The two-will strategy involves making a separate will that
deals only with the shares of the company, or perhaps including some other
assets which can be dealt with by the executor without a grant of probate. The
other will deals with the other assets, for which a grant of probate is or may
be required. Different terminology may be used, such as “primary will” and “secondary
will,” or “general will” and “restricted will,” but for simplicity I will refer
to the will dealing with shares as the “corporate will,” and the other will I refer
to as the “general will.” In this example, if the shares are dealt with in the
corporate will, and only the general will needs to be probated, the probate
fees will be approximately $28,000, a saving of $140,000.
This two-will technique has been popular in Ontario longer
than in British Columbia. In British Columbia we rely on the wording of section
122 of the Wills, Estates and Succession Act, which says that an applicant for a
grant of probate or administration must disclose information about the property
of the deceased person and the value of the property “that passes to the applicant
in his or her capacity as the deceased person’s personal representative….” The probate
tax is then calculated on the basis of the value of those assets. For this to
work, the executor of the general will must be a different person from the
executor of the corporate will, so that the executor of the general will may
swear an affidavit that excludes the shares in the corporate will. Otherwise,
the property in the corporate will also pass to the same personal representative,
and she will have to list the shares of the company, which defeats the purpose.
One downside is that the will-maker needs to name more
people to act as executors and alternate executors to ensure that the same
person is not the executor of both wills.
I find drafting two wills to be challenging, and there are a
number of pitfalls that need to be avoided.
First, the order in which the wills are signed is important.
The corporate will should be signed first and this needs to be documented either
in the will or a memorandum, or better yet both. This is because the executor
of the probated will need to swear that it is the last will.
Second, the standard revocation clause in the general will
must be modified so that it does not revoke the corporate will.
Third, the assets in each will must be carefully defined so
that it is apparent which assets are governed by which will, and that assets
for which a grant of probate is required are clearly excluded from the corporate
will so that it does not become necessary to also probate the corporate will.

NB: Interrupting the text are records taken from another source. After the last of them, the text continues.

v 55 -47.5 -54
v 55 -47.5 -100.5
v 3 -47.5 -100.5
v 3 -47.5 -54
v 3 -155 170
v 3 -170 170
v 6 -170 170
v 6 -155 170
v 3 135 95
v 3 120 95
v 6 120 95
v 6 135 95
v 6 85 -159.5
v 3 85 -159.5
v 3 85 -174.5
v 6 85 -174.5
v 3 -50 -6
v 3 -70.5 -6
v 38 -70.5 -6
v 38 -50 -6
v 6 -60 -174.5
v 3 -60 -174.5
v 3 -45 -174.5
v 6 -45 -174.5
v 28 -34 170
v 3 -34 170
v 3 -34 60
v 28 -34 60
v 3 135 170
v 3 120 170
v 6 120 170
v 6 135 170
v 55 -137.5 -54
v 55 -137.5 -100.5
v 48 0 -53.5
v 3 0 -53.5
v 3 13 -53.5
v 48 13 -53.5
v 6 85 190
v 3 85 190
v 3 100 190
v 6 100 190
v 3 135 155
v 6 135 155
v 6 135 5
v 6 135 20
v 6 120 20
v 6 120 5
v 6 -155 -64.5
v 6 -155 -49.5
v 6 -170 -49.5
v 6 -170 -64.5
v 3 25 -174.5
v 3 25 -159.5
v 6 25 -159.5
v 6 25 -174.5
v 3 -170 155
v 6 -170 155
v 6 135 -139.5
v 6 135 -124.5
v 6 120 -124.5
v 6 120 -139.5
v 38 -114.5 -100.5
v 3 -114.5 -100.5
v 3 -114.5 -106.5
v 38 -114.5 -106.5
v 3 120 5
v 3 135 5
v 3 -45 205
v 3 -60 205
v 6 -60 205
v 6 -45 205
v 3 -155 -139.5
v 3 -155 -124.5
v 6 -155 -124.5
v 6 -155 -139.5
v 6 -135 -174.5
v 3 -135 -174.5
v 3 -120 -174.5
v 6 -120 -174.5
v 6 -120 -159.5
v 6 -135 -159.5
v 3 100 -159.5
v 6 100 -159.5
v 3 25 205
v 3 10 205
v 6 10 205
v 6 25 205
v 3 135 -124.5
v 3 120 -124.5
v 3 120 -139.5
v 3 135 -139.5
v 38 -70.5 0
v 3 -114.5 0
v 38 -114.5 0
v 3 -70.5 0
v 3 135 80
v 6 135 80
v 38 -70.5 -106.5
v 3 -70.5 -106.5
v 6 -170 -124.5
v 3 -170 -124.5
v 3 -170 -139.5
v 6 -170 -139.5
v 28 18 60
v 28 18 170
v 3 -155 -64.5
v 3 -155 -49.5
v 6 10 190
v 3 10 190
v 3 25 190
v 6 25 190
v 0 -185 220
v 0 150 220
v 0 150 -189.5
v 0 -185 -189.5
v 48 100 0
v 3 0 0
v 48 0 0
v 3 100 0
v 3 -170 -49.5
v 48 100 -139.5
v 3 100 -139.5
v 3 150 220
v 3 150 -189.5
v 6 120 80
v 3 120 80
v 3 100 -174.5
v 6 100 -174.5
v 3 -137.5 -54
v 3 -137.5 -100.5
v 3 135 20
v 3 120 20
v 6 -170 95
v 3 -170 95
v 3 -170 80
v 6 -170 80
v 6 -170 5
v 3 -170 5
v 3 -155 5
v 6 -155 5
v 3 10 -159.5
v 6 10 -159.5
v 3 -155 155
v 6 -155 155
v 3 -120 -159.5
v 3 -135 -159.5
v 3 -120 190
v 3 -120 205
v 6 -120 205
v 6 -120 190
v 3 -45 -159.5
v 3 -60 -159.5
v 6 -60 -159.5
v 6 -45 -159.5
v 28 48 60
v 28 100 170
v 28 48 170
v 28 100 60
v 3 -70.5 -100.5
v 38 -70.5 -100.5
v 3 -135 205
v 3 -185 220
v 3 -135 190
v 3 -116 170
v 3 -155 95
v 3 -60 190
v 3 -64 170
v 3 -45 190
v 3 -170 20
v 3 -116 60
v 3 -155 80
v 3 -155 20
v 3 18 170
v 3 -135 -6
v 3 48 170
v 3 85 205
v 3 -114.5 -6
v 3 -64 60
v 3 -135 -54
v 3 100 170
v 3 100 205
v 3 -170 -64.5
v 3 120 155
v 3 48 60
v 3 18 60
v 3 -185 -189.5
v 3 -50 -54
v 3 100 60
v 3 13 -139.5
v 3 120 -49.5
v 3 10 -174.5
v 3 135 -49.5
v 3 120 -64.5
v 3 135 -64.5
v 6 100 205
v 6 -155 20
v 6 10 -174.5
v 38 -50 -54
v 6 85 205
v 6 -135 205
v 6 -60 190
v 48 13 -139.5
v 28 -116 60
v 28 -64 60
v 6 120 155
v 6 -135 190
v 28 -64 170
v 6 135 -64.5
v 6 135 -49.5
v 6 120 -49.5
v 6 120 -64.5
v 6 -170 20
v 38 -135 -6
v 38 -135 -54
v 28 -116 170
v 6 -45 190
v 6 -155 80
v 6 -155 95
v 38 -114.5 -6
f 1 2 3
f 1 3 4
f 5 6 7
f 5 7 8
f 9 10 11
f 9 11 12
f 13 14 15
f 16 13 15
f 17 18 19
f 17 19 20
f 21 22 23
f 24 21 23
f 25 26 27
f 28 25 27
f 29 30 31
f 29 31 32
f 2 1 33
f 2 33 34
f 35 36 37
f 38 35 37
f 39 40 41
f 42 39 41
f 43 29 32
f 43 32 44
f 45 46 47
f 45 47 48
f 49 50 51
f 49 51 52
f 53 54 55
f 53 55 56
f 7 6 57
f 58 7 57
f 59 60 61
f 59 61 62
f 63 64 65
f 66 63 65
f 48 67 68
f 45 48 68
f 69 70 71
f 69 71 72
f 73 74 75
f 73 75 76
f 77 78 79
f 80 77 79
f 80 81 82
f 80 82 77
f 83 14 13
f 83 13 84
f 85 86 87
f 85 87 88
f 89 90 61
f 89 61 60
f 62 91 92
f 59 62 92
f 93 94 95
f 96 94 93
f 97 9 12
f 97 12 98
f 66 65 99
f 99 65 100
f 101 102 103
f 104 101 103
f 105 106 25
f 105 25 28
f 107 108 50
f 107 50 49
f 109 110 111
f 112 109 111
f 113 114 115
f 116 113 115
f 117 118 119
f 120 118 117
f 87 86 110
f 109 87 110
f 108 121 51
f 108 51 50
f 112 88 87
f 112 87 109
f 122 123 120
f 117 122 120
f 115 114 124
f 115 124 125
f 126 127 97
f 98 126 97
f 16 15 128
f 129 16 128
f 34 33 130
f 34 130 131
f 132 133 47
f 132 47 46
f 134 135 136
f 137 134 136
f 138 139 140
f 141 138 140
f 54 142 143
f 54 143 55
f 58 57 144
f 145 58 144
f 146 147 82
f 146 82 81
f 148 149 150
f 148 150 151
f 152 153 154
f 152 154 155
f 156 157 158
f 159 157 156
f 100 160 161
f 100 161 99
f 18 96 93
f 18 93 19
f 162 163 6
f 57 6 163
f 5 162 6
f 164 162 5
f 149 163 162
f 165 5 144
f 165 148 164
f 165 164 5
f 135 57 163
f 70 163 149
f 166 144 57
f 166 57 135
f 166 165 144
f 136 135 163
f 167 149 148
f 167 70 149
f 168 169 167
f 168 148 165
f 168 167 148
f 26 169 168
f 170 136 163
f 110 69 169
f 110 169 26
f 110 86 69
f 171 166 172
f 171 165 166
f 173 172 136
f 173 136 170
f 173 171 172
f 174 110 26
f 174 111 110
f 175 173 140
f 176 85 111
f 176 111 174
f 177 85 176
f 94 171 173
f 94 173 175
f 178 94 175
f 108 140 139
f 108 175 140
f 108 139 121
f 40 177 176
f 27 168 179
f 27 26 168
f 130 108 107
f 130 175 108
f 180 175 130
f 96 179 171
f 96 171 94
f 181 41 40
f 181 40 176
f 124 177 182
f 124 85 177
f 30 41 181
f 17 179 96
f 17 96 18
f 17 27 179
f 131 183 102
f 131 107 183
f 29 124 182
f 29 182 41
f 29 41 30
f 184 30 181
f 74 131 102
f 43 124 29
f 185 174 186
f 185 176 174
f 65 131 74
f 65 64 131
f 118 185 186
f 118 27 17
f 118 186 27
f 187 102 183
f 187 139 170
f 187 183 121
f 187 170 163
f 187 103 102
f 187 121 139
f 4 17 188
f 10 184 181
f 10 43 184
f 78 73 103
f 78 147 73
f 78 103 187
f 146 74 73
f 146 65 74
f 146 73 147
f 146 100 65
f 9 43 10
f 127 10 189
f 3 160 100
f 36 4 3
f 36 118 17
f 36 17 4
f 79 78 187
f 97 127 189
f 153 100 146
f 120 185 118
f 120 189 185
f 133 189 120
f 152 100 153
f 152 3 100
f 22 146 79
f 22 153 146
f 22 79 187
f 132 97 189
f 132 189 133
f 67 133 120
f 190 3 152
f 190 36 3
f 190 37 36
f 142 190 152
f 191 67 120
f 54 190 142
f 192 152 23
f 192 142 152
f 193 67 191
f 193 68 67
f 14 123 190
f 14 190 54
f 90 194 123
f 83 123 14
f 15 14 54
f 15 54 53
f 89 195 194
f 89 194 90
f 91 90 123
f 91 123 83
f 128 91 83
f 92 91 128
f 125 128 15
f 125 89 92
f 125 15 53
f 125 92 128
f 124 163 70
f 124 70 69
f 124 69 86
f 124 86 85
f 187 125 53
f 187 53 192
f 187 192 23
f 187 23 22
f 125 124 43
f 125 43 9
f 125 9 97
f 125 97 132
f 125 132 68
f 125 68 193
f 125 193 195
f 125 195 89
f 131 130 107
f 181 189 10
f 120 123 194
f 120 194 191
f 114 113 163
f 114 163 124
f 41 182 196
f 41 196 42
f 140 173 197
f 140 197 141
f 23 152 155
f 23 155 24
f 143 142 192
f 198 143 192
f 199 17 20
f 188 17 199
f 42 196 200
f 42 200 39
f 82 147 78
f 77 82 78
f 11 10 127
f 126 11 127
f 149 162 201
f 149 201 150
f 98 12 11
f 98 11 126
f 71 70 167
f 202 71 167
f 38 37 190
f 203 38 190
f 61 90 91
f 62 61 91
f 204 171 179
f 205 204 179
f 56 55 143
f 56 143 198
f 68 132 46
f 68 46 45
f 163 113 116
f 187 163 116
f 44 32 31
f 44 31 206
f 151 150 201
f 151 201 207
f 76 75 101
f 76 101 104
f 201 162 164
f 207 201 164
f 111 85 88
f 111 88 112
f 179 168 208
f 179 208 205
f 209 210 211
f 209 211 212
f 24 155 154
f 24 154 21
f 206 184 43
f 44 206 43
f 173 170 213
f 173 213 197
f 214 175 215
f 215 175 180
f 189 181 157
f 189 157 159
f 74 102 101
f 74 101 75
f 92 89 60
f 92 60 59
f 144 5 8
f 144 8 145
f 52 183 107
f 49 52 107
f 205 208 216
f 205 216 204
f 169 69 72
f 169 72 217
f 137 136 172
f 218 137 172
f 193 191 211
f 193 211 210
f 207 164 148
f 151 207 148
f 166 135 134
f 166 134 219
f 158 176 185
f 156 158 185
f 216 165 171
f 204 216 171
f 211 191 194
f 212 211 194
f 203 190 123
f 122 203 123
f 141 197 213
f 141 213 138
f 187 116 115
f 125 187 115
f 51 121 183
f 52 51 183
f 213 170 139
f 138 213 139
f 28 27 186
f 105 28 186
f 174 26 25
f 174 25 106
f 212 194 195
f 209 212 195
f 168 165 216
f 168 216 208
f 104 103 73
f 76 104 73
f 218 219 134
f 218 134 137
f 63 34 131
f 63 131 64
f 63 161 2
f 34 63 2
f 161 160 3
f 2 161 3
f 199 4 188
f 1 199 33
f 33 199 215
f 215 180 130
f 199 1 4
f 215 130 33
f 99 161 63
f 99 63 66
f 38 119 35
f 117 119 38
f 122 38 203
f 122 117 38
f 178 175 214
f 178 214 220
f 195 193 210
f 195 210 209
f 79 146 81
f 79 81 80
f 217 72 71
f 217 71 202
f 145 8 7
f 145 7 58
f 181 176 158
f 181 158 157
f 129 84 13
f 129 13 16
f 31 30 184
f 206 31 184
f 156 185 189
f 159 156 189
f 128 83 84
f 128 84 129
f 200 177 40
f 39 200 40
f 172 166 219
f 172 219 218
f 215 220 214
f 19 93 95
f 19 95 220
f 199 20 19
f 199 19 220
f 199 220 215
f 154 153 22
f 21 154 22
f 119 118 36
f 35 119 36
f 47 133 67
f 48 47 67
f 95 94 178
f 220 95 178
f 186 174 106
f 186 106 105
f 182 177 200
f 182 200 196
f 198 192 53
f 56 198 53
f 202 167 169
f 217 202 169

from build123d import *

# Parameters (mm, degrees)
SKETCH1_W           = 409.5
SKETCH1_H           = 335
BOSS_EXTRUDE1_DEPTH = 3
SKETCH1_3_W         = 110
SKETCH1_3_H         = 52
BOSS_EXTRUDE2_DEPTH = 28
BOSS_EXTRUDE3_DEPTH = 48
BOSS_EXTRUDE4_DEPTH = 38
BOSS_EXTRUDE5_DEPTH = 55
SKETCH1_9_W         = 6
SKETCH1_9_H         = 44
BOSS_EXTRUDE6_DEPTH = 38
SKETCH1_10_W        = 15
SKETCH1_10_H        = 15
BOSS_EXTRUDE7_DEPTH = 6


with BuildPart() as part:
    # Sketch1 → Boss-Extrude1 (new body)
    with BuildSketch(Plane(origin=(0, 0, 0), x_dir=(0, 0, -1), z_dir=(1, 0, 0))):
        with Locations((-15.25, -17.5)):
            Rectangle(SKETCH1_W, SKETCH1_H)
    extrude(amount=BOSS_EXTRUDE1_DEPTH)

    # Sketch1<3> → Boss-Extrude2 (add)
    with BuildSketch(Plane(origin=(0, 0, 0), x_dir=(0, 0, -1), z_dir=(1, 0, 0))):
        with Locations((-115, 74)):
            Rectangle(SKETCH1_3_W, SKETCH1_3_H)
        with Locations((-115, -8)):
            Rectangle(SKETCH1_3_W, SKETCH1_3_H)
        with Locations((-115, -90)):
            Rectangle(SKETCH1_3_W, SKETCH1_3_H)
    extrude(amount=BOSS_EXTRUDE2_DEPTH)

    # Sketch1<6> → Boss-Extrude3 (add)
    with BuildSketch(Plane(origin=(0, 0, 0), x_dir=(0, 0, -1), z_dir=(1, 0, 0))):
        Polygon((139.5, 100), (0, 100), (0, 0), (53.5, 0), (53.5, 13), (139.5, 13), align=None)
    extrude(amount=BOSS_EXTRUDE3_DEPTH)

    # Sketch1<7> → Boss-Extrude4 (add)
    with BuildSketch(Plane(origin=(0, 0, 0), x_dir=(0, 0, -1), z_dir=(1, 0, 0))):
        Polygon((54, -50), (6, -50), (6, -70.5), (6, -114.5), (6, -135), (54, -135), align=None)
    extrude(amount=BOSS_EXTRUDE4_DEPTH)

    # Sketch1<8> → Boss-Extrude5 (add)
    with BuildSketch(Plane(origin=(0, 0, 0), x_dir=(0, 0, -1), z_dir=(1, 0, 0))):
        Polygon((54, -47.5), (54, -50), (54, -135), (54, -137.5), (100.5, -137.5), (100.5, -114.5), (100.5, -70.5), (100.5, -47.5), align=None)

Fourth, consideration should be given to which debts are to
be paid out of the assets governed by the general will, and which debts are to
be paid out of the corporate will. This is less tricky if the beneficiaries of
each will are identical, but is more complex if there are different
beneficiaries in each will. For example, if the will-maker wishes for one child
who is expected to take over the business to receive all or most of the assets
in the corporate will, while other children receive more under the general
will, the will-maker will likely want to ensure that taxes and other expenses
attributable to the property governed by the corporate will is ultimately borne
by the beneficiary or beneficiaries of the corporate will, and not the
beneficiaries of the general will.
Fifth, while the executors of the two wills must be
different persons, they must also be able to work well together to deal with
such issues as filing tax returns.
There are not many reported cases in British Columba dealing
with the use of two wills to minimize probate tax at the time I am writing this
post, but in one case Master Wilson (now Mr. Justice Wilson) held that it is
permissible to apply to probate only one of two wills, which lends support to
this strategy. The case is Berkner (Estate), 2017 BCSC 619.